Os con­tratos a termo podem ter três re­no­va­ções su­ces­sivas (em vez de duas, como até agora) e fica im­pe­dida a sua con­versão em con­tratos sem termo (ao con­trário do que su­cede nas em­presas pri­vadas).

É di­mi­nuído o nú­mero de di­ri­gentes e de­le­gados sin­di­cais, passa a ser ad­mi­tida a de­cla­ração de greve por as­sem­bleias de tra­ba­lha­dores e é aberta a pos­si­bi­li­dade de adesão in­di­vi­dual a acordos co­lec­tivos por parte de não sin­di­ca­li­zados.

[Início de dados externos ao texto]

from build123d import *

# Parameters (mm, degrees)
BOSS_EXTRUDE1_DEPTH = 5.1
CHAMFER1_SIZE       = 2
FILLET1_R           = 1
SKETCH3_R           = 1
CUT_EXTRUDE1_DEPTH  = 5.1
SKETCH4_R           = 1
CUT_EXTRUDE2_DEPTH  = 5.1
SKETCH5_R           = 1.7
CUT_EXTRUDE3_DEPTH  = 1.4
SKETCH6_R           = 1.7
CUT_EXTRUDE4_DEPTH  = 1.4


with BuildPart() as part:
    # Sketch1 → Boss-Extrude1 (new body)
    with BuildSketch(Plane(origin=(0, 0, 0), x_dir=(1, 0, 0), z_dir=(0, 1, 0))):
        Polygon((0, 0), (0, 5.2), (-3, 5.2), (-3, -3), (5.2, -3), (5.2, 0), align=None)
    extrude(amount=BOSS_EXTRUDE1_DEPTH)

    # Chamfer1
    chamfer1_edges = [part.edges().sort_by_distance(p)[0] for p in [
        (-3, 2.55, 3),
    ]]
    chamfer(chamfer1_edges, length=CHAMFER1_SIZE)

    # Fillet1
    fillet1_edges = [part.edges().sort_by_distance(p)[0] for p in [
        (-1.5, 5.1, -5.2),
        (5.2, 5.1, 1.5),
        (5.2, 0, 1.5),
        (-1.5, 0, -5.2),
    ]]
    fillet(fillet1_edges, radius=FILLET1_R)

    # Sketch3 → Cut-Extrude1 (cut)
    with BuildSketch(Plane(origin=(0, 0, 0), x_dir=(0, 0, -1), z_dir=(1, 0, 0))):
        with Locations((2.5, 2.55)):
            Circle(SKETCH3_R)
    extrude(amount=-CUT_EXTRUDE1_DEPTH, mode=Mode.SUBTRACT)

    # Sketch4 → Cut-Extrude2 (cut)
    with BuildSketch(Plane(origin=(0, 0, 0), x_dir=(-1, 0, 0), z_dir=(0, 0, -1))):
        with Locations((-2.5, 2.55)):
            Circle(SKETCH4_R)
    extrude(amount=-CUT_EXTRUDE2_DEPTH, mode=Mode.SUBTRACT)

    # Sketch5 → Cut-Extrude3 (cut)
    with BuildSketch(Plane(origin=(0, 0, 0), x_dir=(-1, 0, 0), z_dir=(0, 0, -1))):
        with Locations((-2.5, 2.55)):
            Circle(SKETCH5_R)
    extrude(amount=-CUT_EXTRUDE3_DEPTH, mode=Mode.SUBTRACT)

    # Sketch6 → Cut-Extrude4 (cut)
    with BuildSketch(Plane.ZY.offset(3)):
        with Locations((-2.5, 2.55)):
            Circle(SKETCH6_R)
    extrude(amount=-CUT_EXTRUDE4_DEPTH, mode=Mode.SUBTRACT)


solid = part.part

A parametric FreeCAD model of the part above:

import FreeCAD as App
import Part
import Sketcher

V = App.Vector


def edges_at(feature, points):
    """Names of the edges that pass closest to the given points."""
    edges = feature.Shape.Edges
    near = lambda p: min(range(len(edges)), key=lambda i: edges[i].distToShape(Part.Vertex(*p))[0])
    return sorted({f"Edge{near(p) + 1}" for p in points})


def add_polygon(sketch, points):
    """Adds a closed chain of lines whose ends are joined by coincident constraints."""
    first, n = sketch.GeometryCount, len(points)
    for a, b in zip(points, points[1:] + points[:1]):
        sketch.addGeometry(Part.LineSegment(App.Vector(*a, 0), App.Vector(*b, 0)), False)
    for i in range(n):
        sketch.addConstraint(Sketcher.Constraint("Coincident", first + i, 2, first + (i + 1) % n, 1))

doc = App.newDocument("Part")
params = doc.addObject("Spreadsheet::Sheet", "Params")
for row, (alias, value) in enumerate([
    ("sketch1_width", "3 mm"),
    ("sketch1_width2", "8.2 mm"),
    ("pad1_length", "5.1 mm"),
    ("chamfer_size", "2 mm"),
    ("fillet_radius", "1 mm"),
    ("sketch2_diameter", "2 mm"),
    ("pocket1_length", "5.1 mm"),
    ("sketch3_diameter", "2 mm"),
    ("pocket2_length", "5.1 mm"),
    ("sketch4_diameter", "3.4 mm"),
    ("pocket3_length", "1.4 mm"),
    ("sketch5_diameter", "3.4 mm"),
    ("pocket4_length", "1.4 mm"),
], start=1):
    params.set(f"A{row}", alias)
    params.set(f"B{row}", "=" + value)
    params.setAlias(f"B{row}", alias)

body = doc.addObject("PartDesign::Body", "Body")

# Sketch on XZ plane
sketch1 = doc.addObject("Sketcher::SketchObject", "Sketch")
body.addObject(sketch1)
sketch1.AttachmentSupport = (doc.XZ_Plane, [""])
sketch1.MapMode = "FlatFace"
add_polygon(sketch1, [(0, 0), (0, -5.2), (-3, -5.2), (-3, 3), (5.2, 3), (5.2, 0)])  # lines 0-5
sketch1.addConstraint([
    Sketcher.Constraint("Vertical", 0),
    Sketcher.Constraint("Horizontal", 1),
    Sketcher.Constraint("Vertical", 2),
    Sketcher.Constraint("Horizontal", 3),
    Sketcher.Constraint("Vertical", 4),
    Sketcher.Constraint("Horizontal", 5),
    Sketcher.Constraint("Coincident", 5, 2, -1, 1),
    Sketcher.Constraint("Equal", 5, 0),
    Sketcher.Constraint("Equal", 3, 2),
    Sketcher.Constraint("DistanceX", 1, 2, 1, 1, 3.0),
    Sketcher.Constraint("DistanceX", 3, 1, 3, 2, 8.2),
])
sketch1.setExpression("Constraints[15]", "Params.sketch1_width")
sketch1.setExpression("Constraints[16]", "Params.sketch1_width2")
pad1 = doc.addObject("PartDesign::Pad", "Pad")
body.addObject(pad1)
pad1.Profile = sketch1
pad1.setExpression("Length", "Params.pad1_length")
pad1.Reversed = True
doc.recompute()

chamfer = doc.addObject("PartDesign::Chamfer", "Chamfer")
body.addObject(chamfer)
chamfer.Base = (pad1, edges_at(pad1, [(-3, 2.55, 3)]))
chamfer.setExpression("Size", "Params.chamfer_size")
doc.recompute()

fillet = doc.addObject("PartDesign::Fillet", "Fillet")
body.addObject(fillet)
fillet.Base = (chamfer, edges_at(chamfer, [
    (-1.5, 5.1, -5.2),
    (5.2, 5.1, 1.5),
    (5.2, 0, 1.5),
    (-1.5, 0, -5.2),
]))
fillet.setExpression("Radius", "Params.fillet_radius")

# Sketch on YZ plane
sketch2 = doc.addObject("Sketcher::SketchObject", "Sketch001")
body.addObject(sketch2)
sketch2.AttachmentSupport = (doc.YZ_Plane, [""])
sketch2.MapMode = "FlatFace"
sketch2.addGeometry(Part.Circle(V(2.5, -2.5, 0), V(0, 0, 1), 1), False)
sketch2.addConstraint([
    Sketcher.Constraint("Diameter", 0, 2.0),
    Sketcher.Constraint("DistanceY", 0, 3, -1, 1, 2.5),
    Sketcher.Constraint("DistanceX", -1, 1, 0, 3, 2.55),
])
sketch2.setExpression("Constraints[0]", "Params.sketch2_diameter")
pocket1 = doc.addObject("PartDesign::Pocket", "Pocket")
body.addObject(pocket1)
pocket1.Profile = sketch2
pocket1.setExpression("Length", "Params.pocket1_length")

# Sketch on XY plane
sketch3 = doc.addObject("Sketcher::SketchObject", "Sketch002")
body.addObject(sketch3)
sketch3.AttachmentSupport = (doc.XY_Plane, [""])
sketch3.MapMode = "FlatFace"
sketch3.addGeometry(Part.Circle(V(2.5, 2.5, 0), V(0, 0, 1), 1), False)
sketch3.addConstraint([
    Sketcher.Constraint("Diameter", 0, 2.0),
    Sketcher.Constraint("DistanceX", -1, 1, 0, 3, 2.5),
    Sketcher.Constraint("DistanceY", -1, 1, 0, 3, 2.55),
])
sketch3.setExpression("Constraints[0]", "Params.sketch3_diameter")
pocket2 = doc.addObject("PartDesign::Pocket", "Pocket001")
body.addObject(pocket2)
pocket2.Profile = sketch3
pocket2.setExpression("Length", "Params.pocket2_length")
pocket2.Reversed = True

# Sketch on XY plane
sketch4 = doc.addObject("Sketcher::SketchObject", "Sketch003")
body.addObject(sketch4)
sketch4.AttachmentSupport = (doc.XY_Plane, [""])
sketch4.MapMode = "FlatFace"
sketch4.addGeometry(Part.Circle(V(2.5, 2.5, 0), V(0, 0, 1), 1.7), False)
sketch4.addConstraint([
    Sketcher.Constraint("Diameter", 0, 3.4),
    Sketcher.Constraint("DistanceX", -1, 1, 0, 3, 2.5),
    Sketcher.Constraint("DistanceY", -1, 1, 0, 3, 2.55),
])
sketch4.setExpression("Constraints[0]", "Params.sketch4_diameter")
pocket3 = doc.addObject("PartDesign::Pocket", "Pocket002")
body.addObject(pocket3)
pocket3.Profile = sketch4
pocket3.setExpression("Length", "Params.pocket3_length")
pocket3.Reversed = True

# Sketch on YZ plane
sketch5 = doc.addObject("Sketcher::SketchObject", "Sketch004")
body.addObject(sketch5)
sketch5.AttachmentSupport = (doc.YZ_Plane, [""])
sketch5.MapMode = "FlatFace"
sketch5.AttachmentOffset = App.Placement(V(0, 0, -3), App.Rotation())
sketch5.addGeometry(Part.Circle(V(2.5, -2.5, 0), V(0, 0, 1), 1.7), False)
sketch5.addConstraint([
    Sketcher.Constraint("Diameter", 0, 3.4),
    Sketcher.Constraint("DistanceY", 0, 3, -1, 1, 2.5),
    Sketcher.Constraint("DistanceX", -1, 1, 0, 3, 2.55),
])
sketch5.setExpression("Constraints[0]", "Params.sketch5_diameter")
pocket4 = doc.addObject("PartDesign::Pocket", "Pocket003")
body.addObject(pocket4)
pocket4.Profile = sketch5
pocket4.setExpression("Length", "Params.pocket4_length")
pocket4.Reversed = True

doc.recompute()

O di­ploma con­sagra a in­ge­rência do Go­verno na ce­le­bração de acordos co­lec­tivos de en­ti­dade em­pre­ga­dora pú­blica com au­tar­quias lo­cais, im­pondo a par­ti­ci­pação do poder cen­tral.

A Frente Comum de Sin­di­catos, no seu pa­recer, co­locou a in­cons­ti­tu­ci­o­na­li­dade formal como questão prévia na ela­bo­ração da Lei Geral, porque o Go­verno não ad­mitiu qual­quer ne­go­ci­ação de vá­rias ma­té­rias, como a re­qua­li­fi­cação (após a de­cla­ração de in­cons­ti­tu­ci­o­na­li­dade da lei pró­pria que a veio ins­ti­tuir, chegou a ser apre­sen­tada em branco nas ne­go­ci­a­ções).
Na al­tura, a Frente Comum in­seriu a pro­posta da Lei Geral do Tra­balho em Fun­ções Pú­blicas na con­ti­nui­dade do «me­mo­rando» e na con­cre­ti­zação do ob­jec­tivo cen­tral de su­ces­sivos go­vernos: a re­con­fi­gu­ração do Es­tado e a des­truição das suas fun­ções so­ciais, através de lei or­di­nária e al­te­ra­ções exe­cu­tivas, es­ca­pando a um pro­cesso de re­visão cons­ti­tu­ci­onal que é da com­pe­tência da As­sem­bleia da Re­pú­blica.